The impact of the culture shift was significant. Within 12 months of the values initiative — and In the middle of a global recession — Anderson’s retail division saw 40% growth in employee engagement, 40% growth in customer service, and 35% gains in results and profits.

Bringing change to Five Below

In his new role, Anderson brought the culture process to Five Below. The same consultant worked with Bill Clark, senior vice president of human resources, and the Five Below culture committee to formalize their unique values and behaviors. With feedback from store associates and support staff, the committee identified five values, plus specific observable, measurable behaviors for each value.
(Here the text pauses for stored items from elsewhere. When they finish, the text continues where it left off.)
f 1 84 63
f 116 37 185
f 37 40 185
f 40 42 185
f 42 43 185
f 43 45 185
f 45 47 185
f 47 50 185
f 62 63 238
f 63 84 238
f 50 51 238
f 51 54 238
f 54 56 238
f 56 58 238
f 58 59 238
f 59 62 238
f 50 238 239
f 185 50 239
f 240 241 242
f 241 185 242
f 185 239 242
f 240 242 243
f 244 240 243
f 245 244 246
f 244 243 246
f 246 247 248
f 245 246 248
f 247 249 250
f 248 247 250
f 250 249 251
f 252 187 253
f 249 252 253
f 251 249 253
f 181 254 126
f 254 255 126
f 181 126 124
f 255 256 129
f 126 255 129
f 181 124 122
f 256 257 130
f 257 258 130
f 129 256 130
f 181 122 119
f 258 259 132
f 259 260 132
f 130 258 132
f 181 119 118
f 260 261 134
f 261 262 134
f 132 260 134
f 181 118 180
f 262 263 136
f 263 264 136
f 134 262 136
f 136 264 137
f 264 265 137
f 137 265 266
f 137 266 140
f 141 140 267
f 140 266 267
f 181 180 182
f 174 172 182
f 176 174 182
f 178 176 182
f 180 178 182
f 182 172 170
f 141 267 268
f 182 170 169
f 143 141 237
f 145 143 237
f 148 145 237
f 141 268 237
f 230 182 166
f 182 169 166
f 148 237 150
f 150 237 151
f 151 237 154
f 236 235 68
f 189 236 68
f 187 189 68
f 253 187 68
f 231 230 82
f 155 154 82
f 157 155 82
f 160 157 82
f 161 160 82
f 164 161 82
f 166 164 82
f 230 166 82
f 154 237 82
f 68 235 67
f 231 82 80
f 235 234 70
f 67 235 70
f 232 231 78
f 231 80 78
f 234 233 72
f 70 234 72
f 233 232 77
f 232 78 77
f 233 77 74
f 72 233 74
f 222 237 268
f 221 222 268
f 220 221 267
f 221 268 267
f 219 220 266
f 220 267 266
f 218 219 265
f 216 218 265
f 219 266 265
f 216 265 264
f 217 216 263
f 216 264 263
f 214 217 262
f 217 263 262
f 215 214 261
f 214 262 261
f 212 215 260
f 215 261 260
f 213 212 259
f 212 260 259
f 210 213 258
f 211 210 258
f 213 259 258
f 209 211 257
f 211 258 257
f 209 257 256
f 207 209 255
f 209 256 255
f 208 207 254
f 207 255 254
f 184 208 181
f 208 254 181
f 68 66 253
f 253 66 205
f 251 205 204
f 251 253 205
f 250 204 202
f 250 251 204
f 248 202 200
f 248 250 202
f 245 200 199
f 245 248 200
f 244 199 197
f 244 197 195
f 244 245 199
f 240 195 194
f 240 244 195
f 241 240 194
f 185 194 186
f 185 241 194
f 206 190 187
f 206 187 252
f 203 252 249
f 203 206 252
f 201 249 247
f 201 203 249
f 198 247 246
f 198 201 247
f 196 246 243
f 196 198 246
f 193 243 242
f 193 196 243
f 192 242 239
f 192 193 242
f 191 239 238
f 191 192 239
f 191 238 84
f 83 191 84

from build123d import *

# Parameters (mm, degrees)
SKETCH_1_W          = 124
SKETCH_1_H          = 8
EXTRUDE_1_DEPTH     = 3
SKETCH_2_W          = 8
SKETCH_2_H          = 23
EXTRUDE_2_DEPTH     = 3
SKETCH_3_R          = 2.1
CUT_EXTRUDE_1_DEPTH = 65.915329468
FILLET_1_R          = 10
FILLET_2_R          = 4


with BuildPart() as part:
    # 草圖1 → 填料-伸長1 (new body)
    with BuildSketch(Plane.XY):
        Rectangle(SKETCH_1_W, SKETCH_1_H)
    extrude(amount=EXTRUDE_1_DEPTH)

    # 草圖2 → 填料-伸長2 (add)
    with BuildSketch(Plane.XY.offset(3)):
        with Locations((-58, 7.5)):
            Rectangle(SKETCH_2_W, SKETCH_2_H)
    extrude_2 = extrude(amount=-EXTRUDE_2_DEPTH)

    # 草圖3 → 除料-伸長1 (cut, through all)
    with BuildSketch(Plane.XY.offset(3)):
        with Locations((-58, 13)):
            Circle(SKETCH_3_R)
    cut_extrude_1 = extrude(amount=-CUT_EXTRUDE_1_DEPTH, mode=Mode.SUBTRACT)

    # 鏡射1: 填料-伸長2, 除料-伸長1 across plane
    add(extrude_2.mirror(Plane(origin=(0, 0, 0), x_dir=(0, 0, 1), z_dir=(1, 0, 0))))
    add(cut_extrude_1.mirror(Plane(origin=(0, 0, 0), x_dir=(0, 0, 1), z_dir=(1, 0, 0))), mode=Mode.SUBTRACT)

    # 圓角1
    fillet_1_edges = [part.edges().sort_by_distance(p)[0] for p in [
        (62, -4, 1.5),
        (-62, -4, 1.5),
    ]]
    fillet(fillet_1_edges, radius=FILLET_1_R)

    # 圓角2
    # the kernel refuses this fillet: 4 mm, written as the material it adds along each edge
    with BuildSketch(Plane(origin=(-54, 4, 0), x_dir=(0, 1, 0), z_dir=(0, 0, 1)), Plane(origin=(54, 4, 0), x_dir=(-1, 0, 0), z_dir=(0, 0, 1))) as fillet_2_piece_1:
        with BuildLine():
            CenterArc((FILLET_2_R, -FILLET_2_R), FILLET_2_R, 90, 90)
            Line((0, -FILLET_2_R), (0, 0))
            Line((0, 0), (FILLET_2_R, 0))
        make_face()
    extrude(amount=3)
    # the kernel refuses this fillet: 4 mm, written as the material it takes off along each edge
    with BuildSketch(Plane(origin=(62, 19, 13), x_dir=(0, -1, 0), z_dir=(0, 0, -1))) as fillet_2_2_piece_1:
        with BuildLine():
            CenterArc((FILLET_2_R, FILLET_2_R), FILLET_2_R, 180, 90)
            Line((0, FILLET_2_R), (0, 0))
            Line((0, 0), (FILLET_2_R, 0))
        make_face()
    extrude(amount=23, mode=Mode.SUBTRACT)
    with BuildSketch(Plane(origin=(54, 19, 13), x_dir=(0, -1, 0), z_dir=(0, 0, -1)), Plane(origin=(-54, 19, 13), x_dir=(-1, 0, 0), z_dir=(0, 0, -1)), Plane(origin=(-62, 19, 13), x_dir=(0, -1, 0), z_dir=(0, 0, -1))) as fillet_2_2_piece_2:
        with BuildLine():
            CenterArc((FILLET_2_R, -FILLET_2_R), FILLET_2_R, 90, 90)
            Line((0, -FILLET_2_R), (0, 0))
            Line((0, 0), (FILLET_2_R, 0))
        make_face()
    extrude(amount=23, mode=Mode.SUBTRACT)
Clark explained, “Maintaining a family-oriented, entrepreneurial culture when you’re growing so quickly isn’t easy. By getting to the core of our unique culture with these defined values and behaviors, new leaders and employees really ‘get’ what we’re all about.”

Five Below founders David Schlesinger and Tom Vellios believe the committee “really captured the heart and soul of Five Below.” These values have been part of the Five Below story from the beginning. They were known by long-time employees, but new employees didn’t understand the legacy. By formalizing these values and adding tangible behaviors, everyone knows what a great team member acts like and sounds like.

With permission from Five Below

Joel and his senior leadership team members formally announced the values and behaviors at the company’s annual meeting last October. Leaders and employees have embraced them and are living them daily in their stores, in their distribution centers, and at the Philadelphia corporate offices.

Five Below associates recently completed the first values survey, which allows employees to rate their bosses on how well those leaders demonstrate Five Below’s values and behaviors. More than 70 percent of the targeted audience completed the survey. Functional teams are reviewing the data to outline successes, action plans, and follow up items.

Anderson says, “The only way we can maintain our unique, customer-driven culture is to define it, model it, and measure it as we grow.”

Don’t leave your team or department or company culture to chance. The proven path to a purposeful, positive, productive culture is to be specific about both performance and values then hold everyone accountable for both, every day.

How well defined are your company’s values? Are they observable, tangible, and measurable — as much so as performance metrics?